You can expect the cocktails will be expert, the steak will be expertly cut, and the french fries cooked in duck fat when the bartender wears a bow tie.
The black bow tie, the white dress shirt, no jacket, but a black vest — it’s the uniform for upscale waiters, busboys, and staff of all types. Sometimes, both sexes dress the same, but often, the women are uniformed in black slacks and a black top.

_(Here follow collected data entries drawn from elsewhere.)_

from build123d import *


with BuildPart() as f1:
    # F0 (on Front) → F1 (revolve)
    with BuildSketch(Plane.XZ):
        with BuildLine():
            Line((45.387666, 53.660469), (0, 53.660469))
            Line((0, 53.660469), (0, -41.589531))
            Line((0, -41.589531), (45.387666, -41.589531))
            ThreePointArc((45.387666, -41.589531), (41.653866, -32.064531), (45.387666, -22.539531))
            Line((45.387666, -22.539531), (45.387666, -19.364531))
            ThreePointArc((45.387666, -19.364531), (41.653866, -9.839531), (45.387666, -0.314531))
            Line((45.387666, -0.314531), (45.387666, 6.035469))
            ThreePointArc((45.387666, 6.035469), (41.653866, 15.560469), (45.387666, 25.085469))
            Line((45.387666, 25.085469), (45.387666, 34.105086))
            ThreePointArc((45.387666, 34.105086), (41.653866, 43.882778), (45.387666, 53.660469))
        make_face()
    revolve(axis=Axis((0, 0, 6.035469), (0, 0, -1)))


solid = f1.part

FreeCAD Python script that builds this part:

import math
import FreeCAD as App
import Part
import Sketcher
Q = App.Units.Quantity

doc = App.newDocument("Part")
body = doc.addObject("PartDesign::Body", "Body")

# Sketch on XZ plane
sketch1 = body.newObject("Sketcher::SketchObject", "Sketch")
sketch1.AttachmentSupport = (doc.getObject("XZ_Plane"), [""])
sketch1.MapMode = "FlatFace"
sketch1.addGeometry(Part.LineSegment(App.Vector(45.4, 53.7, 0), App.Vector(0, 53.7, 0)), False)
sketch1.addGeometry(Part.LineSegment(App.Vector(0, 53.7, 0), App.Vector(0, -41.6, 0)), False)
sketch1.addGeometry(Part.LineSegment(App.Vector(0, -41.6, 0), App.Vector(45.4, -41.6, 0)), False)
sketch1.addGeometry(Part.ArcOfCircle(Part.Circle(App.Vector(55.7, -32.1, 0), App.Vector(0, 0, 1), 14), math.radians(137), math.radians(223)), False)
sketch1.addGeometry(Part.LineSegment(App.Vector(45.4, -22.5, 0), App.Vector(45.4, -19.4, 0)), False)
sketch1.addGeometry(Part.ArcOfCircle(Part.Circle(App.Vector(55.7, -9.8, 0), App.Vector(0, 0, 1), 14), math.radians(137), math.radians(223)), False)
sketch1.addGeometry(Part.LineSegment(App.Vector(45.4, -0.3, 0), App.Vector(45.4, 6, 0)), False)
sketch1.addGeometry(Part.ArcOfCircle(Part.Circle(App.Vector(55.7, 15.6, 0), App.Vector(0, 0, 1), 14), math.radians(137), math.radians(223)), False)
sketch1.addGeometry(Part.LineSegment(App.Vector(45.4, 25.1, 0), App.Vector(45.4, 34.1, 0)), False)
sketch1.addGeometry(Part.ArcOfCircle(Part.Circle(App.Vector(56.3, 43.9, 0), App.Vector(0, 0, 1), 14.7), math.radians(138), math.radians(222)), False)
sketch1.addConstraint(Sketcher.Constraint("Coincident", 0, 2, 1, 1))
sketch1.addConstraint(Sketcher.Constraint("Coincident", 1, 2, 2, 1))
sketch1.addConstraint(Sketcher.Constraint("Coincident", 2, 2, 3, 2))
sketch1.addConstraint(Sketcher.Constraint("Coincident", 3, 1, 4, 1))
sketch1.addConstraint(Sketcher.Constraint("Coincident", 4, 2, 5, 2))
sketch1.addConstraint(Sketcher.Constraint("Coincident", 5, 1, 6, 1))
sketch1.addConstraint(Sketcher.Constraint("Coincident", 6, 2, 7, 2))
sketch1.addConstraint(Sketcher.Constraint("Coincident", 7, 1, 8, 1))
sketch1.addConstraint(Sketcher.Constraint("Coincident", 8, 2, 9, 2))
sketch1.addConstraint(Sketcher.Constraint("Coincident", 9, 1, 0, 1))
sketch1.addConstraint(Sketcher.Constraint("Horizontal", 0))
sketch1.addConstraint(Sketcher.Constraint("Vertical", 1))
sketch1.addConstraint(Sketcher.Constraint("Horizontal", 2))
sketch1.addConstraint(Sketcher.Constraint("Vertical", 4))
sketch1.addConstraint(Sketcher.Constraint("Vertical", 6))
sketch1.addConstraint(Sketcher.Constraint("Vertical", 8))
sketch1.addConstraint(Sketcher.Constraint("Equal", 3, 5))
sketch1.addConstraint(Sketcher.Constraint("Equal", 5, 7))
sketch1.addConstraint(Sketcher.Constraint("PointOnObject", 0, 2, -2))
sketch1.addConstraint(Sketcher.Constraint("Vertical", 3, 3, 5, 3))
sketch1.addConstraint(Sketcher.Constraint("Vertical", 5, 3, 7, 3))
sketch1.addConstraint(Sketcher.Constraint("Vertical", 2, 2, 3, 1))
sketch1.addConstraint(Sketcher.Constraint("Vertical", 4, 2, 5, 1))
sketch1.addConstraint(Sketcher.Constraint("Vertical", 6, 2, 7, 1))
sketch1.addConstraint(Sketcher.Constraint("Vertical", 8, 2, 9, 1))
sketch1.addConstraint(Sketcher.Constraint("DistanceY", 5, 3, 7, 3, Q("1 in")))
sketch1.addConstraint(Sketcher.Constraint("DistanceY", 1, 2, 1, 1, Q("3.75 in")))
sketch1.addConstraint(Sketcher.Constraint("DistanceY", 6, 1, 6, 2, Q("0.25 in")))
sketch1.addConstraint(Sketcher.Constraint("DistanceY", 7, 3, 0, 2, Q("1.5 in")))
sketch1.addConstraint(Sketcher.Constraint("Radius", 3, 14.016135))
sketch1.addConstraint(Sketcher.Constraint("Radius", 9, 14.669307))
sketch1.addConstraint(Sketcher.Constraint("DistanceX", -1, 1, 3, 3, 55.670001))
sketch1.addConstraint(Sketcher.Constraint("DistanceY", 8, 1, 8, 2, 9.019617))
sketch1.addConstraint(Sketcher.Constraint("DistanceY", 3, 3, -1, 1, 32.064531))
revolution = body.newObject("PartDesign::Revolution", "Revolution")
revolution.Profile = sketch1
revolution.ReferenceAxis = (sketch1, ["V_Axis"])
revolution.Angle = 360

doc.recompute()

These symbols convey very clear meanings: The servers are formal and neat, but more importantly, through the understatement, the black color, and uniformity, they hide themselves almost to the point of invisibility.
What better accessory for hiding, anonymizing, and homogenizing the servers than a mask?
Check out the photos from the 2021 Met Gala in New York, and you’ll see these class markers clearly. The elites, including actors, athletes, models, and a congresswoman, were decked in their gowns and jewels, all unmasked — either on the red carpet, where masks were explicitly not required, or in the gala, where holding a drink in hand triggered another exemption.
The waitresses, photographers, busboys, valets, and bartenders, of course, were all masked.
As we worry or wonder which parts of our coronavirus response will be permanent, here’s one you can count on: At the restaurants and galas where the elite frolic, the help will be masked.
Masks make human interaction difficult, which is part of the point here.
Masks, we’ve been told a thousand times, protect those nearby from the masked. If you’ve developed the habit of seeing others as vectors (your dear sophisticated friends, excepted, of course), then the masks make the help less threatening.
Silenced, anonymized, uniform, and neutralized — just how you want them.
Masking won’t be uniform, of course. It will be a marker of what sort of establishment it is. If your local bartender is required to mask, he’ll stop once the mandates are over. But at “society” events, the mask mandate will never end.
By 2022, one of the clearest markers of class will be whether the help are allowed to show their faces.